### EXERCISE DIRECTIONS
Your task is to quote the listing below exactly, beginning with its first line and ending on the line bearing "v 10.923 4.3 7.406".

### MATERIAL TO PROCESS
== Segment start ==

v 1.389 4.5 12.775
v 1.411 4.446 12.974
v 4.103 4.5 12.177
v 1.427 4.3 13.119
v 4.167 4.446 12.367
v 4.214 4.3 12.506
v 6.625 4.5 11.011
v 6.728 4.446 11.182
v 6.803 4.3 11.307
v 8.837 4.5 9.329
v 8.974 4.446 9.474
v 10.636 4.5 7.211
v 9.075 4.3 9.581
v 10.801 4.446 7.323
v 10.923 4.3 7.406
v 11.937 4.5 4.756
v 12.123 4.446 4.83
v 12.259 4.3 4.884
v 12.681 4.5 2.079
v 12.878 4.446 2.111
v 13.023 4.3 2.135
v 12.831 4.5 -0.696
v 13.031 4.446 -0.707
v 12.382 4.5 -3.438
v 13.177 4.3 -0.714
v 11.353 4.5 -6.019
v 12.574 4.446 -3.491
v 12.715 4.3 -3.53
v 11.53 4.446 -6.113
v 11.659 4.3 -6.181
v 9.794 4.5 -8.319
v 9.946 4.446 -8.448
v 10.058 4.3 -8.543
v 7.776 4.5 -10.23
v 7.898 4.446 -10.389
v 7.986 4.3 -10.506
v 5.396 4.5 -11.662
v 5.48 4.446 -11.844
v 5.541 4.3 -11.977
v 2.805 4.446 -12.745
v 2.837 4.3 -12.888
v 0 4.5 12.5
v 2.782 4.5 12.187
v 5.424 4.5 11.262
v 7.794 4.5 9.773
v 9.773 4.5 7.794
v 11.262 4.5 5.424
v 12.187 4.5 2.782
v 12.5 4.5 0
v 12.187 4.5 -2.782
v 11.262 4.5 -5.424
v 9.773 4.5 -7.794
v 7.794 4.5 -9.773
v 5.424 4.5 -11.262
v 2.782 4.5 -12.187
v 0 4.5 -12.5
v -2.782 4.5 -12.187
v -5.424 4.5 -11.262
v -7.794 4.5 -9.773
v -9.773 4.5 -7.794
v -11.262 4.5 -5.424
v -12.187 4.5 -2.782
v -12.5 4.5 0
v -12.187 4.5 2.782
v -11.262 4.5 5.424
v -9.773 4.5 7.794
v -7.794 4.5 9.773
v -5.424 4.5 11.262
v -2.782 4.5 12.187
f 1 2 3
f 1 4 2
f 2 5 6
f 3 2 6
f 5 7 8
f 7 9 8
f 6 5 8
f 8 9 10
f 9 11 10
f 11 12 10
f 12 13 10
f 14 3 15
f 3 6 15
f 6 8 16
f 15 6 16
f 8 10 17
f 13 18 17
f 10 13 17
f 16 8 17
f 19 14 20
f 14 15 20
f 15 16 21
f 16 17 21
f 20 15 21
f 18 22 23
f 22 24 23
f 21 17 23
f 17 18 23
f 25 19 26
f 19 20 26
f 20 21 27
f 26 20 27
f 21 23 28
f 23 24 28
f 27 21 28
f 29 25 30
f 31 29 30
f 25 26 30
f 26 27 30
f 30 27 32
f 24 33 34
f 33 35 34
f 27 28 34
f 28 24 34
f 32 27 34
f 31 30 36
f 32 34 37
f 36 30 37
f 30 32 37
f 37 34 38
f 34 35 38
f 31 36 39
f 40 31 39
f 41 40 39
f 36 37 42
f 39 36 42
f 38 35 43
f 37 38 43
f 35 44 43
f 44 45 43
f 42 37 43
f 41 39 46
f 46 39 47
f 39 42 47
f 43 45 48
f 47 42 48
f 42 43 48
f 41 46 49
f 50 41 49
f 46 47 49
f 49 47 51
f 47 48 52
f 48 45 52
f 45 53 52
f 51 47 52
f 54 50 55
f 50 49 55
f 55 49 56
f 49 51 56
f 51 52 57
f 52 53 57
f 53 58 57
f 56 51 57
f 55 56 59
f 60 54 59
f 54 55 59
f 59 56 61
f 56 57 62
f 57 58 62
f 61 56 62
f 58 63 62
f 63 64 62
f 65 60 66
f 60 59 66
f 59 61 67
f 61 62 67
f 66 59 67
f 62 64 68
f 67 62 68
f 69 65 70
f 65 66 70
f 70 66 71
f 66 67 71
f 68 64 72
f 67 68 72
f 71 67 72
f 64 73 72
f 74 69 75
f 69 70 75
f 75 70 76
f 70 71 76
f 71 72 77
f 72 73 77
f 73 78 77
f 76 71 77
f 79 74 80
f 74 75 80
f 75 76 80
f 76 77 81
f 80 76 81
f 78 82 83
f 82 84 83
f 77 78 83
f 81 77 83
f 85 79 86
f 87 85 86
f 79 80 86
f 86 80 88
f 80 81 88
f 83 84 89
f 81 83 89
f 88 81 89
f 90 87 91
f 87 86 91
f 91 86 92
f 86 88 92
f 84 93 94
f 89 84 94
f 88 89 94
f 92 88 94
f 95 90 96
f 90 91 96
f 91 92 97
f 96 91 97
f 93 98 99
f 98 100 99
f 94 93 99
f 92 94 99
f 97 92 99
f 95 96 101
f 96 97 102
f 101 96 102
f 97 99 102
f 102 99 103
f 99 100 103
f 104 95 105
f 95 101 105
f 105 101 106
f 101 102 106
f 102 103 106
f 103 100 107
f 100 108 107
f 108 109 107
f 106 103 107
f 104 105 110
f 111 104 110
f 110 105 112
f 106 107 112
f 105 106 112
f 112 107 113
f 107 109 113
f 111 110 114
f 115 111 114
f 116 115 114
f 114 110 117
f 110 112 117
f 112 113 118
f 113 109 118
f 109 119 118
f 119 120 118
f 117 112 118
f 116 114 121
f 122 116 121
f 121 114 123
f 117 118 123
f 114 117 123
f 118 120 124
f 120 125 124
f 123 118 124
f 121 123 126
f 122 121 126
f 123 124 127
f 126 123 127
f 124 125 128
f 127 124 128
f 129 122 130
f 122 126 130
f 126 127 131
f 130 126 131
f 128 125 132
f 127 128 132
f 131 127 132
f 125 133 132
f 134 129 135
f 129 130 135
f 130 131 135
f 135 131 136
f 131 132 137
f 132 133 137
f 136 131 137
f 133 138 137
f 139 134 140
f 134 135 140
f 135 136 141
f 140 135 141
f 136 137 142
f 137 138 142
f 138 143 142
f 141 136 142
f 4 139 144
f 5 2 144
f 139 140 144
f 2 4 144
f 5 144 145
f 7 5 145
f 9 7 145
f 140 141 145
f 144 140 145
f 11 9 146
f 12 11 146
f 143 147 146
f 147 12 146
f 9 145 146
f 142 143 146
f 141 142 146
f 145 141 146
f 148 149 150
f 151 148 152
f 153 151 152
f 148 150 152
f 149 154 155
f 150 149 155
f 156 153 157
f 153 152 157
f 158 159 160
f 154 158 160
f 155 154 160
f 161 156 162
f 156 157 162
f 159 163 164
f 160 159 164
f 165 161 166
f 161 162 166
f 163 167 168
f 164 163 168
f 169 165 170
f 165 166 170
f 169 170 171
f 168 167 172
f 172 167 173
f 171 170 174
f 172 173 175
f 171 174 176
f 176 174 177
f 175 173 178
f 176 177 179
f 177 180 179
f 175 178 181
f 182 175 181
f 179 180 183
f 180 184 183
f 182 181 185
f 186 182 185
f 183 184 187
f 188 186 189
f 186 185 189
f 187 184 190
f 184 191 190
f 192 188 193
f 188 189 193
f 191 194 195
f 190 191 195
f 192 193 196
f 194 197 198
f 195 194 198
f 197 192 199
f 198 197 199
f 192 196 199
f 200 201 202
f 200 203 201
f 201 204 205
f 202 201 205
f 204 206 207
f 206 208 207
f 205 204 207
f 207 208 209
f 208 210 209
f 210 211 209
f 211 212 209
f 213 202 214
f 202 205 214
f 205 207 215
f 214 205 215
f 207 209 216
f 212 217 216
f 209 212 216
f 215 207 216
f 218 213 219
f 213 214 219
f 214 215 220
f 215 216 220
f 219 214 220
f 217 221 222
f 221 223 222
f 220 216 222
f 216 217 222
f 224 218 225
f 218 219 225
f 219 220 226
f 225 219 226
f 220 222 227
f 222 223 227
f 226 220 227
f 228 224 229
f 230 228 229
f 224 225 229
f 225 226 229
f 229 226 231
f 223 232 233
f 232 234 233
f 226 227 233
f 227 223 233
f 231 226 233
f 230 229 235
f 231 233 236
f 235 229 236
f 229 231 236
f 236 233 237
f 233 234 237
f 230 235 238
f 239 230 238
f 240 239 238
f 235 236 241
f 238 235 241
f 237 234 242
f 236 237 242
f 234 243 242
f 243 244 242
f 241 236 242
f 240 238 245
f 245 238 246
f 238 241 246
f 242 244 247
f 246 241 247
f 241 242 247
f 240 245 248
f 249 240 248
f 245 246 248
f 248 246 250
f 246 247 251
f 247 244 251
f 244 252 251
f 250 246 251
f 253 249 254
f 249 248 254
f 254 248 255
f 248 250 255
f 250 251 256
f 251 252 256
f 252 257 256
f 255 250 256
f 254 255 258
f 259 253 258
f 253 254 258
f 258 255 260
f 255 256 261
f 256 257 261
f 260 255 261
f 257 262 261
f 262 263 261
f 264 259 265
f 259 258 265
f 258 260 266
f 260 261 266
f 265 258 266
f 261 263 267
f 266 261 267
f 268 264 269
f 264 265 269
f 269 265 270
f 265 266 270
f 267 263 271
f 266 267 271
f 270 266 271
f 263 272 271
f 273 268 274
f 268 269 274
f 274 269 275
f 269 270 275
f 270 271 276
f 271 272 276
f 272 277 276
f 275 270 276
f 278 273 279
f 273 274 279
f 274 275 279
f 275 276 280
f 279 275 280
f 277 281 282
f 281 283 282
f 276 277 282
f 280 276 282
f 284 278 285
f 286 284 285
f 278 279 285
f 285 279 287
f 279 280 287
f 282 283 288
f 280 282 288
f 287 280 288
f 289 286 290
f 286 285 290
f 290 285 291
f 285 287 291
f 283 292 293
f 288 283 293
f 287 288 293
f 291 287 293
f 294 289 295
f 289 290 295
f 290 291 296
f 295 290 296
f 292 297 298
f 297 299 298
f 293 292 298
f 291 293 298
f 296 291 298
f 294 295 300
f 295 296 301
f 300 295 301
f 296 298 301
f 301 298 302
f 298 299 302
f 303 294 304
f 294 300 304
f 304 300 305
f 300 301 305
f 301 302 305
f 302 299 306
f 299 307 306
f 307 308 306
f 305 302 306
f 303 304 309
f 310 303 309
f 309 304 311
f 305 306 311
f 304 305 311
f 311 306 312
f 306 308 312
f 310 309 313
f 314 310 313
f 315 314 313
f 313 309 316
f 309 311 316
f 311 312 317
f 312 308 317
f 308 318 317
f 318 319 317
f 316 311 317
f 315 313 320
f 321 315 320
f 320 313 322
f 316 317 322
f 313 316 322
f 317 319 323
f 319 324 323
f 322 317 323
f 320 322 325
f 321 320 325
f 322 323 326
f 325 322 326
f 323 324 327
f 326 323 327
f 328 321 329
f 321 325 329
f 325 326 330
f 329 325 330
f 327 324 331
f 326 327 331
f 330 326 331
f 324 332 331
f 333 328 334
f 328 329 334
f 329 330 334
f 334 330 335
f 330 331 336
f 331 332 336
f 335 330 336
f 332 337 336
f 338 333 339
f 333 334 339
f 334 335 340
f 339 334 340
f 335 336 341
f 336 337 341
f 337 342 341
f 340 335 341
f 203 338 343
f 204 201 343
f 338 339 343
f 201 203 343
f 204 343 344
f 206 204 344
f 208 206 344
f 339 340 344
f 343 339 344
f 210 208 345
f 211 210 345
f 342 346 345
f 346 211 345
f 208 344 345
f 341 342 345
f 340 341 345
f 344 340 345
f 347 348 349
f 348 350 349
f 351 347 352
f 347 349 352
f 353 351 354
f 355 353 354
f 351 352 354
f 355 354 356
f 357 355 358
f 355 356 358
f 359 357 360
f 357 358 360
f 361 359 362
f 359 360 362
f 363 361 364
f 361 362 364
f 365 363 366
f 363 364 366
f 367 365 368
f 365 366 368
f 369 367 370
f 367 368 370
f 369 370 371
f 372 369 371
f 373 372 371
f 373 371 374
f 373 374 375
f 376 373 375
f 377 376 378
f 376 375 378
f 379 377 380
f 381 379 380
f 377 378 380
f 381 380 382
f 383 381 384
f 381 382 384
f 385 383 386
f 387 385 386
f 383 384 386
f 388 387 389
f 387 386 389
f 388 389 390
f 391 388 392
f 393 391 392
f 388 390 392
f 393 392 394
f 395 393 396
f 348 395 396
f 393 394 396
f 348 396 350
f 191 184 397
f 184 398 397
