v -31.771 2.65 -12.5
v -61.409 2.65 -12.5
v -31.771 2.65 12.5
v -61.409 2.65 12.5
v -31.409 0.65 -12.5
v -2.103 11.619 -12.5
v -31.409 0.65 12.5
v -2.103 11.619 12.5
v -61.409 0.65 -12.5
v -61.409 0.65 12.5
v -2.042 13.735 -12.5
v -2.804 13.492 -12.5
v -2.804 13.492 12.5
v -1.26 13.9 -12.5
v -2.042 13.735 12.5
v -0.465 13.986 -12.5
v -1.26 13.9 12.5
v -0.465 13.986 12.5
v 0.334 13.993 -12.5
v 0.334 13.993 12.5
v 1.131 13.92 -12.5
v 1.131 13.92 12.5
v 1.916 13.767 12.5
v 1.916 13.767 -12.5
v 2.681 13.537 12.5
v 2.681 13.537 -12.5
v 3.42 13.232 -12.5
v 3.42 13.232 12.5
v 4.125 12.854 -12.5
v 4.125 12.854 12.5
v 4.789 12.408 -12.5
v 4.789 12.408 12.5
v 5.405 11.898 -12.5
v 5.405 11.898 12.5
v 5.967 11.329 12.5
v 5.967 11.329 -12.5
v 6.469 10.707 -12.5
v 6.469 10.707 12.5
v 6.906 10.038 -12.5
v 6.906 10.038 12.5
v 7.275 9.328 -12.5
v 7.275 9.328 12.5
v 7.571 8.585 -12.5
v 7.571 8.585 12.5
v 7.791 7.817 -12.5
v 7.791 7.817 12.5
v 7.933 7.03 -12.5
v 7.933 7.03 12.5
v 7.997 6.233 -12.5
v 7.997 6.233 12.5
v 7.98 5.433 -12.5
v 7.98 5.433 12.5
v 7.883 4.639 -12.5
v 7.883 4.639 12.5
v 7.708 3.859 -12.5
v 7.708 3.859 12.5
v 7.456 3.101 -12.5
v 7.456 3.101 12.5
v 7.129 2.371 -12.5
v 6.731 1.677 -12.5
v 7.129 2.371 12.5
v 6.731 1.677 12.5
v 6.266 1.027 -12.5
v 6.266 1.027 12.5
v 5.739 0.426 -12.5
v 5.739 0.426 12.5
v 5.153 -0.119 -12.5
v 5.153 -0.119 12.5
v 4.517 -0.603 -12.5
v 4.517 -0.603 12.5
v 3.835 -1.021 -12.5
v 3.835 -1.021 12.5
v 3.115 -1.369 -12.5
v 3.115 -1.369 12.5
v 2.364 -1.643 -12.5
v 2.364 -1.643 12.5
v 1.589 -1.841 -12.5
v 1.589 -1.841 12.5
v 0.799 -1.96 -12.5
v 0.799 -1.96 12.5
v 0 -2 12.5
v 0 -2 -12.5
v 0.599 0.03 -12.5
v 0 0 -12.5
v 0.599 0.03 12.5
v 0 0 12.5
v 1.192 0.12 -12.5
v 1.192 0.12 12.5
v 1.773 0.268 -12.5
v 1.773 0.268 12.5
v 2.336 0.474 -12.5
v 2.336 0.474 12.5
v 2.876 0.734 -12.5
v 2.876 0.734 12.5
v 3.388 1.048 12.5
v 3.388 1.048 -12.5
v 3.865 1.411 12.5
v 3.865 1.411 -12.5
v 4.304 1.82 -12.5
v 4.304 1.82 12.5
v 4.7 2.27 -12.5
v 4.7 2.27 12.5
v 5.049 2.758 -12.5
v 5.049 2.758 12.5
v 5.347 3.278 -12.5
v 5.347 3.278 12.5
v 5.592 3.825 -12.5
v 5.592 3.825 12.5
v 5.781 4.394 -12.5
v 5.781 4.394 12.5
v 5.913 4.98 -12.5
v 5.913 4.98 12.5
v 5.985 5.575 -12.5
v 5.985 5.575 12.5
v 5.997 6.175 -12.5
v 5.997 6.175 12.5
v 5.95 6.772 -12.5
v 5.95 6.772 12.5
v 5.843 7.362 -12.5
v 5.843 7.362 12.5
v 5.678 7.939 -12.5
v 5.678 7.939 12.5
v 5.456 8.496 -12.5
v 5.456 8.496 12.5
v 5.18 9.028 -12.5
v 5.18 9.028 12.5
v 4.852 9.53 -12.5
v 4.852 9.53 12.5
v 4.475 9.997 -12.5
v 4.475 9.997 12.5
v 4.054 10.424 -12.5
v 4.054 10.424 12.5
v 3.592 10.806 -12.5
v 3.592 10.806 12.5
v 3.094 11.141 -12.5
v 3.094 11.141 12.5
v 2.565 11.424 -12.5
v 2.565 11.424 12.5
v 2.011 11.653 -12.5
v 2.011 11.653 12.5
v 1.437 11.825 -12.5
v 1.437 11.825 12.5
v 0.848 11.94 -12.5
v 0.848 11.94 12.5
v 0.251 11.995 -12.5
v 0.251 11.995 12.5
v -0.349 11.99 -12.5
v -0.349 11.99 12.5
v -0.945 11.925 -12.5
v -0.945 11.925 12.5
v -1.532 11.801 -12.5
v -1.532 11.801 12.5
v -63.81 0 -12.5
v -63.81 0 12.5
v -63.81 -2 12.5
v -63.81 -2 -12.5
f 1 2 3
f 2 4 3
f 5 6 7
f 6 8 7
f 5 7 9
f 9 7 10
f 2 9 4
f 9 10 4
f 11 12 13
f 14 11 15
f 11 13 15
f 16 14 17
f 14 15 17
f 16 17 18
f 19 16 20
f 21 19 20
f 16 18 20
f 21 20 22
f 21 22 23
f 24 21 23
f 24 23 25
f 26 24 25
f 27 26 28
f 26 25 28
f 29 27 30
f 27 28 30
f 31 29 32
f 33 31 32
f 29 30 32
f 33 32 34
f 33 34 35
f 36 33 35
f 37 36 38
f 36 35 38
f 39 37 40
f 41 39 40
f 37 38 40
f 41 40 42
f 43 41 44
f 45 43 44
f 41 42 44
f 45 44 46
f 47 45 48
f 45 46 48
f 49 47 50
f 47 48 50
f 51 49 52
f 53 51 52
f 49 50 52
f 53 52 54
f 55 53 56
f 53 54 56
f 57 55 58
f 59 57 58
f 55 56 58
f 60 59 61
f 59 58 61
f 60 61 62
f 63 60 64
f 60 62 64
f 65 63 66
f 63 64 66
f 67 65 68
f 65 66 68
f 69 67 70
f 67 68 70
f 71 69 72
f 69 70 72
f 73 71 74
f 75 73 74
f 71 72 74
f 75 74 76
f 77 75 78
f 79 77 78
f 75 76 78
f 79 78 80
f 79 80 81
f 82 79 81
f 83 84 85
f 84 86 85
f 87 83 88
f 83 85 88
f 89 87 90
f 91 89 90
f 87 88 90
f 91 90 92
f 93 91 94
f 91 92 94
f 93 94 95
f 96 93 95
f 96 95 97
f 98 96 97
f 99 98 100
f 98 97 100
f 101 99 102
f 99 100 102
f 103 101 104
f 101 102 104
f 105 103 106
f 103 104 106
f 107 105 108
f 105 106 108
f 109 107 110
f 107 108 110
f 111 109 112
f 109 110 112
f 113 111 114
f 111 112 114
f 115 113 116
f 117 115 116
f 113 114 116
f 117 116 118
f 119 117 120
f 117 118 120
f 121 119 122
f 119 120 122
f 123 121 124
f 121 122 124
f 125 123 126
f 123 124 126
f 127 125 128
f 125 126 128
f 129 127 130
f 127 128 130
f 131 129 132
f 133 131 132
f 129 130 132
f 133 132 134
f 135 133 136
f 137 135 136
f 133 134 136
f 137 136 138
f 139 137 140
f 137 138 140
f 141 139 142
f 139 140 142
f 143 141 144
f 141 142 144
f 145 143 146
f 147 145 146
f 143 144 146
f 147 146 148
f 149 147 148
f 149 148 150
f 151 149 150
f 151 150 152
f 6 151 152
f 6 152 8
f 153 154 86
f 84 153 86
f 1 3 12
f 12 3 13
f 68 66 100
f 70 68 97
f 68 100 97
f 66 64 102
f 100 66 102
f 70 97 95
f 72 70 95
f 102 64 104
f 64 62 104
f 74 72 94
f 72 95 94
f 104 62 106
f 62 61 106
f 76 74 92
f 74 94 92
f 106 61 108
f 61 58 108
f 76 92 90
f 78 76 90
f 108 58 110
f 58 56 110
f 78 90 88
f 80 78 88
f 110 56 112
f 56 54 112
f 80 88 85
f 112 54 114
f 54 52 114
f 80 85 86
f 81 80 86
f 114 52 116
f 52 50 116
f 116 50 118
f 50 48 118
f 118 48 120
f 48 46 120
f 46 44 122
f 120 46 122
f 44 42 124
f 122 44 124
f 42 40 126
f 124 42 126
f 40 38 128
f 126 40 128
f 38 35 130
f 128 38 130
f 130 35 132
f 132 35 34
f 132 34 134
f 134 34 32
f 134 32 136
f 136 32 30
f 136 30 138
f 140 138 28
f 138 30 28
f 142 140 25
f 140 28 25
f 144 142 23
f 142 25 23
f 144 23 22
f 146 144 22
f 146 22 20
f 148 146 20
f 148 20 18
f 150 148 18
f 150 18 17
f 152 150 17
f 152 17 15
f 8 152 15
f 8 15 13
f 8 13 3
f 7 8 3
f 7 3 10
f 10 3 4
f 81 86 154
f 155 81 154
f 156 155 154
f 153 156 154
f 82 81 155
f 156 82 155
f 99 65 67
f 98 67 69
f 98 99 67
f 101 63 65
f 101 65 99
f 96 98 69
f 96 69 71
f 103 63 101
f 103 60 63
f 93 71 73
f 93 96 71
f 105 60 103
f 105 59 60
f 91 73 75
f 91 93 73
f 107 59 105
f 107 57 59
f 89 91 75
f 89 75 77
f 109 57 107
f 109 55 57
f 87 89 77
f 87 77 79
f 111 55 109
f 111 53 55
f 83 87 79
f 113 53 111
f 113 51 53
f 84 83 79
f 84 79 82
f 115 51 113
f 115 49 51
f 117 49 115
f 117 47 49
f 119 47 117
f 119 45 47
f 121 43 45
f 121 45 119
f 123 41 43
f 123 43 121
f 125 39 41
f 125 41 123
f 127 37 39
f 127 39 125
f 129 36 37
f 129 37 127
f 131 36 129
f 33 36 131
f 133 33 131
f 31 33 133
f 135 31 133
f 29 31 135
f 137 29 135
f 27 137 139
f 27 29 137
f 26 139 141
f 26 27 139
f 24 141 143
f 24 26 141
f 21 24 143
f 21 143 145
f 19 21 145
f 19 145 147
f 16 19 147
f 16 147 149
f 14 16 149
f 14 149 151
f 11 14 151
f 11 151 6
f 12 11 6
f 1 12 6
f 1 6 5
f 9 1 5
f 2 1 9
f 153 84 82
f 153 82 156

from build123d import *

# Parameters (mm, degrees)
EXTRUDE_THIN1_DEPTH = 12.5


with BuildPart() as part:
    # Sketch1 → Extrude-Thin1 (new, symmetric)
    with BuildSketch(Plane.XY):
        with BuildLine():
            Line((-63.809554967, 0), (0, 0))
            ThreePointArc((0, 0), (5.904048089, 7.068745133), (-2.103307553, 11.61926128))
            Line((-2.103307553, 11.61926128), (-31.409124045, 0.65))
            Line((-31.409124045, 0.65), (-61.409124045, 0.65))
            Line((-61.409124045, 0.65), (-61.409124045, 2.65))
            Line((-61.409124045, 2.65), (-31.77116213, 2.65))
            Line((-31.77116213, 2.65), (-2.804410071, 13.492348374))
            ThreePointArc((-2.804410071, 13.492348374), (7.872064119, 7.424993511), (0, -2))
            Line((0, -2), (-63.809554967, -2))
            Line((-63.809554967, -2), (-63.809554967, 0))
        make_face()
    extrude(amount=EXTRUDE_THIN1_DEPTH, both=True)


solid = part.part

== Segment end ==

### EXERCISE ANSWER
v 1.389 4.5 12.775
v 1.411 4.446 12.974
v 4.103 4.5 12.177
v 1.427 4.3 13.119
v 4.167 4.446 12.367
v 4.214 4.3 12.506
v 6.625 4.5 11.011
v 6.728 4.446 11.182
v 6.803 4.3 11.307
v 8.837 4.5 9.329
v 8.974 4.446 9.474
v 10.636 4.5 7.211
v 9.075 4.3 9.581
v 10.801 4.446 7.323
v 10.923 4.3 7.406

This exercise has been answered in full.